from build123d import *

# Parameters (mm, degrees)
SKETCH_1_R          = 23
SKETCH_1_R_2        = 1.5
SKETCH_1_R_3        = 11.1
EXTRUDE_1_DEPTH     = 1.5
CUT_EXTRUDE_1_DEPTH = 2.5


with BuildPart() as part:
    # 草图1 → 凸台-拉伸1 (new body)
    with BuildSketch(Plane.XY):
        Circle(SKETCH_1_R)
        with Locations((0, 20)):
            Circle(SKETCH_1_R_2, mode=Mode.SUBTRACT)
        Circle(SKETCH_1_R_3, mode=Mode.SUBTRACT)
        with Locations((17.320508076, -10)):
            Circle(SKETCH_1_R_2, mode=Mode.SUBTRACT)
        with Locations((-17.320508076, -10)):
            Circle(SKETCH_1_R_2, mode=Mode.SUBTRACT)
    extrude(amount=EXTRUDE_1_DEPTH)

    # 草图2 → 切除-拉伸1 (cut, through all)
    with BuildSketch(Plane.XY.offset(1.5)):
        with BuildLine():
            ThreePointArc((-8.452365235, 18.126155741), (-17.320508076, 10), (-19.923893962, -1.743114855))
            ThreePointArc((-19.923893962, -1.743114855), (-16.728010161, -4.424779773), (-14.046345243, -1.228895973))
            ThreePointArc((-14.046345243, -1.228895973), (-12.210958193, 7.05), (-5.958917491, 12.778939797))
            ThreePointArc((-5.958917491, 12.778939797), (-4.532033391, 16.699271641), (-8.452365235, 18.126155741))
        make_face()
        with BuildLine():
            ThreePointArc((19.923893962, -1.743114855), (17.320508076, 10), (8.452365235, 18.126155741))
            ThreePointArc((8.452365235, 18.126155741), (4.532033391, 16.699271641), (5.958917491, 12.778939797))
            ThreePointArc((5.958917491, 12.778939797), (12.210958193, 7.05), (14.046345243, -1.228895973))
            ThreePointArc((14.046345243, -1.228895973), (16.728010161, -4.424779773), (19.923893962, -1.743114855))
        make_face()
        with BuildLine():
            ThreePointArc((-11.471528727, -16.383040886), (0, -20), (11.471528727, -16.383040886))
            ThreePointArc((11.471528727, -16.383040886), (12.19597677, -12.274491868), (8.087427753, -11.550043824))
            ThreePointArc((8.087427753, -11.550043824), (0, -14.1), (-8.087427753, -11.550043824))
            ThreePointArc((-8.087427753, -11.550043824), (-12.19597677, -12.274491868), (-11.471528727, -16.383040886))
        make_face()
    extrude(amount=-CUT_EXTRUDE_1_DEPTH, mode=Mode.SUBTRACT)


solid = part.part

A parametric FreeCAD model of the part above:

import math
import FreeCAD as App
import Part
import Sketcher

V = App.Vector

doc = App.newDocument("Part")
body = doc.addObject("PartDesign::Body", "Body")

sketch1 = doc.addObject("Sketcher::SketchObject", "Sketch")
body.addObject(sketch1)
sketch1.AttachmentSupport = (doc.XY_Plane, [""])
sketch1.MapMode = "FlatFace"
sketch1.addGeometry([
    Part.Circle(V(0, 0, 0), V(0, 0, 1), 23),
    Part.Circle(V(-17.320508, -10, 0), V(0, 0, 1), 1.5),
    Part.Circle(V(17.320508, -10, 0), V(0, 0, 1), 1.5),
    Part.Circle(V(0, 0, 0), V(0, 0, 1), 11.1),
    Part.Circle(V(0, 20, 0), V(0, 0, 1), 1.5),
], False)
sketch1.addConstraint([
    Sketcher.Constraint("Coincident", 0, 3, -1, 1),
    Sketcher.Constraint("Coincident", 3, 3, -1, 1),
    Sketcher.Constraint("Equal", 1, 2),
    Sketcher.Constraint("Equal", 2, 4),
    Sketcher.Constraint("Symmetric", 1, 3, 2, 3, -2),
    Sketcher.Constraint("PointOnObject", 4, 3, -2),
    Sketcher.Constraint("Diameter", 0, 46.0),
    Sketcher.Constraint("Diameter", 1, 3.0),
    Sketcher.Constraint("Diameter", 3, 22.2),
    Sketcher.Constraint("DistanceY", 1, 3, -1, 1, 10.0),
    Sketcher.Constraint("DistanceY", -1, 1, 4, 3, 20.0),
    Sketcher.Constraint("DistanceX", 1, 3, -1, 1, 17.320508),
])
pad1 = doc.addObject("PartDesign::Pad", "Pad")
body.addObject(pad1)
pad1.Profile = sketch1
pad1.Length = 1.5

sketch2 = doc.addObject("Sketcher::SketchObject", "Sketch001")
body.addObject(sketch2)
sketch2.AttachmentSupport = (doc.XY_Plane, [""])
sketch2.MapMode = "FlatFace"
sketch2.AttachmentOffset = App.Placement(V(0, 0, 1.5), App.Rotation())
sketch2.addGeometry([
    Part.ArcOfCircle(Part.Circle(V(0, 0, 0), V(0, 0, 1), 20), math.radians(115), math.radians(185)),
    Part.ArcOfCircle(Part.Circle(V(-16.98512, -1.486005, 0), V(0, 0, 1), 2.95), math.radians(-175), math.radians(5)),
    Part.ArcOfCircle(Part.Circle(V(0, 0, 0), V(0, 0, 1), 14.1), math.radians(115), math.radians(185)),
    Part.ArcOfCircle(Part.Circle(V(-7.205641, 15.452548, 0), V(0, 0, 1), 2.95), math.radians(-65), math.radians(115)),
    Part.ArcOfCircle(Part.Circle(V(0, 0, 0), V(0, 0, 1), 20), math.radians(-5), math.radians(65)),
    Part.ArcOfCircle(Part.Circle(V(7.205641, 15.452548, 0), V(0, 0, 1), 2.95), math.radians(65), math.radians(245)),
    Part.ArcOfCircle(Part.Circle(V(0, 0, 0), V(0, 0, 1), 14.1), math.radians(-5), math.radians(65)),
    Part.ArcOfCircle(Part.Circle(V(16.98512, -1.486005, 0), V(0, 0, 1), 2.95), math.radians(175), math.radians(355)),
    Part.ArcOfCircle(Part.Circle(V(0, 0, 0), V(0, 0, 1), 20), math.radians(-125), math.radians(-55)),
    Part.ArcOfCircle(Part.Circle(V(9.779478, -13.966542, 0), V(0, 0, 1), 2.95), math.radians(-55), math.radians(125)),
    Part.ArcOfCircle(Part.Circle(V(0, 0, 0), V(0, 0, 1), 14.1), math.radians(-125), math.radians(-55)),
    Part.ArcOfCircle(Part.Circle(V(-9.779478, -13.966542, 0), V(0, 0, 1), 2.95), math.radians(55), math.radians(235)),
], False)
sketch2.addConstraint([
    Sketcher.Constraint("Tangent", 0, 2, 1, 1),
    Sketcher.Constraint("Tangent", 1, 2, 2, 2),
    Sketcher.Constraint("Tangent", 2, 1, 3, 1),
    Sketcher.Constraint("Tangent", 3, 2, 0, 1),
    Sketcher.Constraint("Tangent", 4, 2, 5, 1),
    Sketcher.Constraint("Tangent", 5, 2, 6, 2),
    Sketcher.Constraint("Tangent", 6, 1, 7, 1),
    Sketcher.Constraint("Tangent", 7, 2, 4, 1),
    Sketcher.Constraint("Tangent", 8, 2, 9, 1),
    Sketcher.Constraint("Tangent", 9, 2, 10, 2),
    Sketcher.Constraint("Tangent", 10, 1, 11, 1),
    Sketcher.Constraint("Tangent", 11, 2, 8, 1),
    Sketcher.Constraint("Coincident", 0, 3, -1, 1),
    Sketcher.Constraint("Coincident", 2, 3, -1, 1),
    Sketcher.Constraint("Coincident", 4, 3, -1, 1),
    Sketcher.Constraint("Coincident", 6, 3, -1, 1),
    Sketcher.Constraint("Coincident", 8, 3, -1, 1),
    Sketcher.Constraint("Coincident", 10, 3, -1, 1),
    Sketcher.Constraint("Equal", 0, 4),
    Sketcher.Constraint("Equal", 3, 5),
    Sketcher.Constraint("Equal", 4, 8),
    Sketcher.Constraint("Equal", 7, 9),
    Sketcher.Constraint("Horizontal", 3, 3, 5, 3),
    Sketcher.Constraint("Horizontal", 1, 3, 7, 3),
    Sketcher.Constraint("Horizontal", 9, 3, 11, 3),
    Sketcher.Constraint("Radius", 0, 20.0),
    Sketcher.Constraint("Radius", 2, 14.1),
    Sketcher.Constraint("DistanceY", 8, 2, 9, 3, 2.416499),
    Sketcher.Constraint("DistanceX", 1, 3, -1, 1, 16.98512),
    Sketcher.Constraint("DistanceX", 3, 3, -1, 1, 7.205641),
])
pocket1 = doc.addObject("PartDesign::Pocket", "Pocket")
body.addObject(pocket1)
pocket1.Profile = sketch2
pocket1.Type = "ThroughAll"

doc.recompute()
────────────────
## WHAT THE TASK ASKS:
When you reach the line holding "extrude(amount=-CUT_EXTRUDE_1_DEPTH, mode=Mode.SUBTRACT)" in the records above, begin reproducing exactly, stop after the line holding "A parametric FreeCAD", and output nothing else.

## TASK SOLUTION:
    extrude(amount=-CUT_EXTRUDE_1_DEPTH, mode=Mode.SUBTRACT)


solid = part.part

A parametric FreeCAD model of the part above:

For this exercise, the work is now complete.